Data extracted from a collection >>

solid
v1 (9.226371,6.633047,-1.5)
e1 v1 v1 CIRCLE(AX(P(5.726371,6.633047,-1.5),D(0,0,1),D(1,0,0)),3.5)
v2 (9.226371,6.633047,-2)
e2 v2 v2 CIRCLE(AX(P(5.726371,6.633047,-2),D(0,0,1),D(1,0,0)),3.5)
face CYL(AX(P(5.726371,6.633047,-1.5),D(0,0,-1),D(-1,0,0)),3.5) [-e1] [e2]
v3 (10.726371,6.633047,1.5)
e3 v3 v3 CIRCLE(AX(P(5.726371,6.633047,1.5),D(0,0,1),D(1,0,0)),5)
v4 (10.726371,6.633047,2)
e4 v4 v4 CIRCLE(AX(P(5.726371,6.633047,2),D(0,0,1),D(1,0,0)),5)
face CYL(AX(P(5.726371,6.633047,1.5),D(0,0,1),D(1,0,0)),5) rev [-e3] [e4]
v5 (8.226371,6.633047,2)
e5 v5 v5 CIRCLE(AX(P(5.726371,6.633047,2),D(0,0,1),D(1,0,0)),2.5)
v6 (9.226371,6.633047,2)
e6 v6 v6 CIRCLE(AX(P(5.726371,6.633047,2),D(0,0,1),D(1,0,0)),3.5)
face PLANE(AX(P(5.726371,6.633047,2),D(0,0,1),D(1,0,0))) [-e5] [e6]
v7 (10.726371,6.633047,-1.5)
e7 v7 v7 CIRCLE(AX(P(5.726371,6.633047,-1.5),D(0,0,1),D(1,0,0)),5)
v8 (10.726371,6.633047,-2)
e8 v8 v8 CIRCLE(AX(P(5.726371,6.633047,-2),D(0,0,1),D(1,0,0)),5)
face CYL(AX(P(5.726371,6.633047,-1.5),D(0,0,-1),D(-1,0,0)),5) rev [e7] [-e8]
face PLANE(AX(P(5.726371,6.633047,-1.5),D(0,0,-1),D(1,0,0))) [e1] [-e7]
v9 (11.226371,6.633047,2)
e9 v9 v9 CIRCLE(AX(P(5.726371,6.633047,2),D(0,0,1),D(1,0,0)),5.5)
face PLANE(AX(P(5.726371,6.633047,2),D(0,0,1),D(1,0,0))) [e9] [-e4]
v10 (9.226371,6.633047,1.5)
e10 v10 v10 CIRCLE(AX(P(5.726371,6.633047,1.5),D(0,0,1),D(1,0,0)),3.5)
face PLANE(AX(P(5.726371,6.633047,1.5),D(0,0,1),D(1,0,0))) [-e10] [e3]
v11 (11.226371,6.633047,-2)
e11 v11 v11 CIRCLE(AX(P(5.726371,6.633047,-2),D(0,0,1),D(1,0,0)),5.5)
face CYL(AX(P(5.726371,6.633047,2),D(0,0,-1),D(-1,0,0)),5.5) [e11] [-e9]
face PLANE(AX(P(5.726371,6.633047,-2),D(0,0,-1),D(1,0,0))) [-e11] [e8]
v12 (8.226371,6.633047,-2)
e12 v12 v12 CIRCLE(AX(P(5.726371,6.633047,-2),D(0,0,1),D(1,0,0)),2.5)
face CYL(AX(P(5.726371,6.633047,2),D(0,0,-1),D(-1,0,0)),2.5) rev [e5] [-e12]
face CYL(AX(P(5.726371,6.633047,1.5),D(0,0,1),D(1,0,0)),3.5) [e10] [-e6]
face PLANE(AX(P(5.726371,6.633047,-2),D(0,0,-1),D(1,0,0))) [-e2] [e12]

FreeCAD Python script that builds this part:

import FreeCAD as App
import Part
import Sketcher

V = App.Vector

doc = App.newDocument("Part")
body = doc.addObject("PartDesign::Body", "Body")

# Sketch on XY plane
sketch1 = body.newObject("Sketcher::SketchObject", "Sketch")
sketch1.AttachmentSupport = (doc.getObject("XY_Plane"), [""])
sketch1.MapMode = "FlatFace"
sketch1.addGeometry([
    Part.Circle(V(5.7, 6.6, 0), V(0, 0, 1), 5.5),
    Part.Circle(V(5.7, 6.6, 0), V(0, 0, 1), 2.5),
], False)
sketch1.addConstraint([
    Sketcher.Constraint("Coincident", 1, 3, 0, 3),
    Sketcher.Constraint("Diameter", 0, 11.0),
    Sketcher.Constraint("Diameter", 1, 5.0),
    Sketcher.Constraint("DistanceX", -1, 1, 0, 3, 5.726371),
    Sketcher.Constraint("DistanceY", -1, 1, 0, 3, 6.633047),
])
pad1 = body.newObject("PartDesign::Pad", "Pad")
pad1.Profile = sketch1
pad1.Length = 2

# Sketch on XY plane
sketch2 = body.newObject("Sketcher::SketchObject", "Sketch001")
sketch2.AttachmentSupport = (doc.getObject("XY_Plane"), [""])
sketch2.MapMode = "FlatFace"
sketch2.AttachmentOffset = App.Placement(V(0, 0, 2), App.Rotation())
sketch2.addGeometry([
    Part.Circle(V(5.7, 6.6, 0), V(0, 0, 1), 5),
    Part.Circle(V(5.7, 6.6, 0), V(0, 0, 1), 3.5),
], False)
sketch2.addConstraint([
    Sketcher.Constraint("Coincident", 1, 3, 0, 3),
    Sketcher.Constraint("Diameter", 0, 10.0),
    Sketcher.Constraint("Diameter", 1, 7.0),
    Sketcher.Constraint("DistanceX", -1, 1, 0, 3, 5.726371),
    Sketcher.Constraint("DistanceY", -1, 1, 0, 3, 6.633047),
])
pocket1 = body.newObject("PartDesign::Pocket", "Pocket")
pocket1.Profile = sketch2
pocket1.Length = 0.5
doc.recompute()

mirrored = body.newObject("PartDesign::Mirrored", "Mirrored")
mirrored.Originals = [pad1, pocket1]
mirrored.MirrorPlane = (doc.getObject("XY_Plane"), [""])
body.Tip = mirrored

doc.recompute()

What you have to do >> Taking the entries above, restate exactly those lines that fall between the line with "e8 v8 v8 CIRCLE(AX(P(5.726371,6.633047,-2),D(0,0,1),D(1,0,0)),5)" and the line with "FreeCAD Python script", keeping both of those lines too.

Task solution >>
e8 v8 v8 CIRCLE(AX(P(5.726371,6.633047,-2),D(0,0,1),D(1,0,0)),5)
face CYL(AX(P(5.726371,6.633047,-1.5),D(0,0,-1),D(-1,0,0)),5) rev [e7] [-e8]
face PLANE(AX(P(5.726371,6.633047,-1.5),D(0,0,-1),D(1,0,0))) [e1] [-e7]
v9 (11.226371,6.633047,2)
e9 v9 v9 CIRCLE(AX(P(5.726371,6.633047,2),D(0,0,1),D(1,0,0)),5.5)
face PLANE(AX(P(5.726371,6.633047,2),D(0,0,1),D(1,0,0))) [e9] [-e4]
v10 (9.226371,6.633047,1.5)
e10 v10 v10 CIRCLE(AX(P(5.726371,6.633047,1.5),D(0,0,1),D(1,0,0)),3.5)
face PLANE(AX(P(5.726371,6.633047,1.5),D(0,0,1),D(1,0,0))) [-e10] [e3]
v11 (11.226371,6.633047,-2)
e11 v11 v11 CIRCLE(AX(P(5.726371,6.633047,-2),D(0,0,1),D(1,0,0)),5.5)
face CYL(AX(P(5.726371,6.633047,2),D(0,0,-1),D(-1,0,0)),5.5) [e11] [-e9]
face PLANE(AX(P(5.726371,6.633047,-2),D(0,0,-1),D(1,0,0))) [-e11] [e8]
v12 (8.226371,6.633047,-2)
e12 v12 v12 CIRCLE(AX(P(5.726371,6.633047,-2),D(0,0,1),D(1,0,0)),2.5)
face CYL(AX(P(5.726371,6.633047,2),D(0,0,-1),D(-1,0,0)),2.5) rev [e5] [-e12]
face CYL(AX(P(5.726371,6.633047,1.5),D(0,0,1),D(1,0,0)),3.5) [e10] [-e6]
face PLANE(AX(P(5.726371,6.633047,-2),D(0,0,-1),D(1,0,0))) [-e2] [e12]

FreeCAD Python script that builds this part:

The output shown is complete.